→ ABOUT THIS EXERCISE
Please write out exactly the lines of the data below from the line holding "f 385 573 579" through the line holding "f 728 727 304", and leave out the rest.

→ RECORDS FOR THE TASK
☆ ☆ ☆
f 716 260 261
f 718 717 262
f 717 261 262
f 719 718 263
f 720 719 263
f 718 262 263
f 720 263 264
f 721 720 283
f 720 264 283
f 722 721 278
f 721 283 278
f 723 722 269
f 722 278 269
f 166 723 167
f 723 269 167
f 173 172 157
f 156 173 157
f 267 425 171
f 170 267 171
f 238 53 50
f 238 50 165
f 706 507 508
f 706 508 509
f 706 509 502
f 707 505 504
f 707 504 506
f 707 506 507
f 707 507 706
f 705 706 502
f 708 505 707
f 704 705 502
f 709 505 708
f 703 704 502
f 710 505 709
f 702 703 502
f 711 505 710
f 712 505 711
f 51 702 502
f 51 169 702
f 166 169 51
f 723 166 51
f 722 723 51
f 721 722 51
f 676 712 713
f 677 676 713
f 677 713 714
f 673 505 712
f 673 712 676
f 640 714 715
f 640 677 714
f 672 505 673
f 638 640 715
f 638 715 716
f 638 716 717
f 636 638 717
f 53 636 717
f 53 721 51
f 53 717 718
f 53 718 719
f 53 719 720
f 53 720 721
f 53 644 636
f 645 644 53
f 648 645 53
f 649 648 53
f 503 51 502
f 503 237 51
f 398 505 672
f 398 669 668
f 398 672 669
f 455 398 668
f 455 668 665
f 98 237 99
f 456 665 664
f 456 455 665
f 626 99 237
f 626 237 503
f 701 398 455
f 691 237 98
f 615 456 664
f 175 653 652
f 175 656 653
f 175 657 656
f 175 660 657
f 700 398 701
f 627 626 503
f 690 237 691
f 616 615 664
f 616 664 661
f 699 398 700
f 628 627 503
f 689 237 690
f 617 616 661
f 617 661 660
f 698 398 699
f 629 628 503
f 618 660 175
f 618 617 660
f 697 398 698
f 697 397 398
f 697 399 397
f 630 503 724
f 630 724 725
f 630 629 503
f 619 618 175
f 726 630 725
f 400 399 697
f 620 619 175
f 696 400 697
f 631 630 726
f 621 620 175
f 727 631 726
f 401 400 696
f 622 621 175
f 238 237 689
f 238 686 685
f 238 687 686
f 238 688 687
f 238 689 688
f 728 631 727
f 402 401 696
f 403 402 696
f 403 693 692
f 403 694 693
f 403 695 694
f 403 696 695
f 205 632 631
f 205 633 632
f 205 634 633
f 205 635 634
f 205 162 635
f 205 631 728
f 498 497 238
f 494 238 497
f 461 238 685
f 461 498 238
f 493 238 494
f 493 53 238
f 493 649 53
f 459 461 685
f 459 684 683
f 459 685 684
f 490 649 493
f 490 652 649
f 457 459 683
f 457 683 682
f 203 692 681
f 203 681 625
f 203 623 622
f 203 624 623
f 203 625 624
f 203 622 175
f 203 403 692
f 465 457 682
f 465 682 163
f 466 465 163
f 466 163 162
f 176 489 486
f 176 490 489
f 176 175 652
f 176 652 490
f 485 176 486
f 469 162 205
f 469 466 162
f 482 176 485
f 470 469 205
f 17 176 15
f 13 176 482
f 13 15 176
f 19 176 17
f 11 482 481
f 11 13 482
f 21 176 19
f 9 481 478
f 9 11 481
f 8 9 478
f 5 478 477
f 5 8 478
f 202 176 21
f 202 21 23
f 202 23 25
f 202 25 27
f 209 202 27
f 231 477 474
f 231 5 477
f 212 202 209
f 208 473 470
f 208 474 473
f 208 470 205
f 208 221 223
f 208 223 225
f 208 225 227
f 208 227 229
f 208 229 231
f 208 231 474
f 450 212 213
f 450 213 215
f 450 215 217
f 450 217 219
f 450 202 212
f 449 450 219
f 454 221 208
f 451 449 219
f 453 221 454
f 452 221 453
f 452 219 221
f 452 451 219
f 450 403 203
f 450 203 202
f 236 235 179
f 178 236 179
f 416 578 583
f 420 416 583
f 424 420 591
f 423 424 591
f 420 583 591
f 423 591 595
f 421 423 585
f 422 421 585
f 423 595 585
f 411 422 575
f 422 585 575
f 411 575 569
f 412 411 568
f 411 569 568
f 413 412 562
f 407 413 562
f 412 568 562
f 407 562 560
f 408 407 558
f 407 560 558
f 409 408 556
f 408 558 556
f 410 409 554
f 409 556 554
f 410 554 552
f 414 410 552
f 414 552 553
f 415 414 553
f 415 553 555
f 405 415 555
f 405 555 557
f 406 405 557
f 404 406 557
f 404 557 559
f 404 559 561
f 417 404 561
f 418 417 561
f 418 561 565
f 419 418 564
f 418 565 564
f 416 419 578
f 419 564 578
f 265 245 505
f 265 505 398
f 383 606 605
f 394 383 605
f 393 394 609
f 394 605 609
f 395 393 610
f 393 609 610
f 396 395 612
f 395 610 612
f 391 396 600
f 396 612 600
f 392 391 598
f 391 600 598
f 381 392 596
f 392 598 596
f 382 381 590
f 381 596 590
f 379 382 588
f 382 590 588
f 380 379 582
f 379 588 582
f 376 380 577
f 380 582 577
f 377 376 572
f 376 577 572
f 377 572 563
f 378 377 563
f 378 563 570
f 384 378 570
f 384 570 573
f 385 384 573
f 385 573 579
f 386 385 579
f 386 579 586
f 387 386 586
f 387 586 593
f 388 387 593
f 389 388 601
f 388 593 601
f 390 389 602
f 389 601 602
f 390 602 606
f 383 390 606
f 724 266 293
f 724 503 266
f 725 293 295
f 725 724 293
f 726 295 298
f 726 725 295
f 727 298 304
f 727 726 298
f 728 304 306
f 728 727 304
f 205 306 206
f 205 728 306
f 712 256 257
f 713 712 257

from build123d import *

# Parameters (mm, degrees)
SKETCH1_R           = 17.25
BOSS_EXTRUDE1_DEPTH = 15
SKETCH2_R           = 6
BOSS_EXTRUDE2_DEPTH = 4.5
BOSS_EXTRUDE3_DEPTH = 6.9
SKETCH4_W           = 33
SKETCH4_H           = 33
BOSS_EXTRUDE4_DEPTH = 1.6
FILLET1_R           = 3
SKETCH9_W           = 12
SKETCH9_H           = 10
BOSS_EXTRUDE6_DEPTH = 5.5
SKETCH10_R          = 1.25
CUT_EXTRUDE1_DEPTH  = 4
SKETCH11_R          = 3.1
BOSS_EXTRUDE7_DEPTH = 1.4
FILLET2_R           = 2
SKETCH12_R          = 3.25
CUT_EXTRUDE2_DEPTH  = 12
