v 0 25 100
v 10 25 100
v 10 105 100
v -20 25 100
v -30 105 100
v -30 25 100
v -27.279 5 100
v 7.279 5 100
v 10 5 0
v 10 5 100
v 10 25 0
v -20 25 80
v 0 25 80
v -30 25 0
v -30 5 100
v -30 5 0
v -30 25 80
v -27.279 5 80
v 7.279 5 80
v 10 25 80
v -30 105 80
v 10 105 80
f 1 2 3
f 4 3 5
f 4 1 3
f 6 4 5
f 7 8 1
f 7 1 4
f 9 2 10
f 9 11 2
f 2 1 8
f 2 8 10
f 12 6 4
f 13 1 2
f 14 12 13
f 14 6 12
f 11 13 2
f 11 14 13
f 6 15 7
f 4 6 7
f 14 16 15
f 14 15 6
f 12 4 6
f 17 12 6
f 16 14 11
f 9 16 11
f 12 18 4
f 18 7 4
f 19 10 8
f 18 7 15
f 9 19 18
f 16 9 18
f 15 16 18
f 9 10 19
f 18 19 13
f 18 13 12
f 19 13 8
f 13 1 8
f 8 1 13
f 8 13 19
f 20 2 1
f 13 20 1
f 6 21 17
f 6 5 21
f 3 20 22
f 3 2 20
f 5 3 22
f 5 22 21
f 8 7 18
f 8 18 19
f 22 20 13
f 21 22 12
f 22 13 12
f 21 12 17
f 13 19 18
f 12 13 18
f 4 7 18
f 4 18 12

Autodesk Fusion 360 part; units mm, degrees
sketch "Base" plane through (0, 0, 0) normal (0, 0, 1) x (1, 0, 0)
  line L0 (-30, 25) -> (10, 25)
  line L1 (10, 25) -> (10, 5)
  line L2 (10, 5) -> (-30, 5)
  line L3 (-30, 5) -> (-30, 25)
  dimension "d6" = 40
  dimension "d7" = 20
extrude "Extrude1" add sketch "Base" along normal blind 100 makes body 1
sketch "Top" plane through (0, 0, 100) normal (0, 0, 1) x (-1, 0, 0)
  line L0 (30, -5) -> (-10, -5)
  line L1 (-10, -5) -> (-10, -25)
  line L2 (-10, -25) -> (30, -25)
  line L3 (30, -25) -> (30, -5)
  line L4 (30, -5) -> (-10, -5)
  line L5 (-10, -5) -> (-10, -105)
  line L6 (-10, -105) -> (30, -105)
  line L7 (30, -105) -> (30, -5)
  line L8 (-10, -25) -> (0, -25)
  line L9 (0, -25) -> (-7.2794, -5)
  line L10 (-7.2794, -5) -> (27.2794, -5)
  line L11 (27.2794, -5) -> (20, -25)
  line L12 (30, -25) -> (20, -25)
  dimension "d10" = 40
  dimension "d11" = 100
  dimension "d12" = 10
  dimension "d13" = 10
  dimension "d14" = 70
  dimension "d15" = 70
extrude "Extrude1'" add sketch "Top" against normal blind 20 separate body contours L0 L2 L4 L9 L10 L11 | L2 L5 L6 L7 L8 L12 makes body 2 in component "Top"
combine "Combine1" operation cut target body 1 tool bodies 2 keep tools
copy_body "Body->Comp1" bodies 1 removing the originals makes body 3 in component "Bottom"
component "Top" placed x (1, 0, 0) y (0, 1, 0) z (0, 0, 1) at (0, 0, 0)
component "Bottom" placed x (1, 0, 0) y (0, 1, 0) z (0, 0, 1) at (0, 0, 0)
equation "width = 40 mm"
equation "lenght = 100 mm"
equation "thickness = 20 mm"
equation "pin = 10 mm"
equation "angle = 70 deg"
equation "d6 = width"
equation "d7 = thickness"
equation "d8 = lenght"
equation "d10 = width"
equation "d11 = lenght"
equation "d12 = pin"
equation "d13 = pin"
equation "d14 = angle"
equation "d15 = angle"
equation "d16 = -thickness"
☆ ☆ ☆
→ TASK OUTPUT
f 385 573 579
f 386 385 579
f 386 579 586
f 387 386 586
f 387 586 593
f 388 387 593
f 389 388 601
f 388 593 601
f 390 389 602
f 389 601 602
f 390 602 606
f 383 390 606
f 724 266 293
f 724 503 266
f 725 293 295
f 725 724 293
f 726 295 298
f 726 725 295
f 727 298 304
f 727 726 298
f 728 304 306
f 728 727 304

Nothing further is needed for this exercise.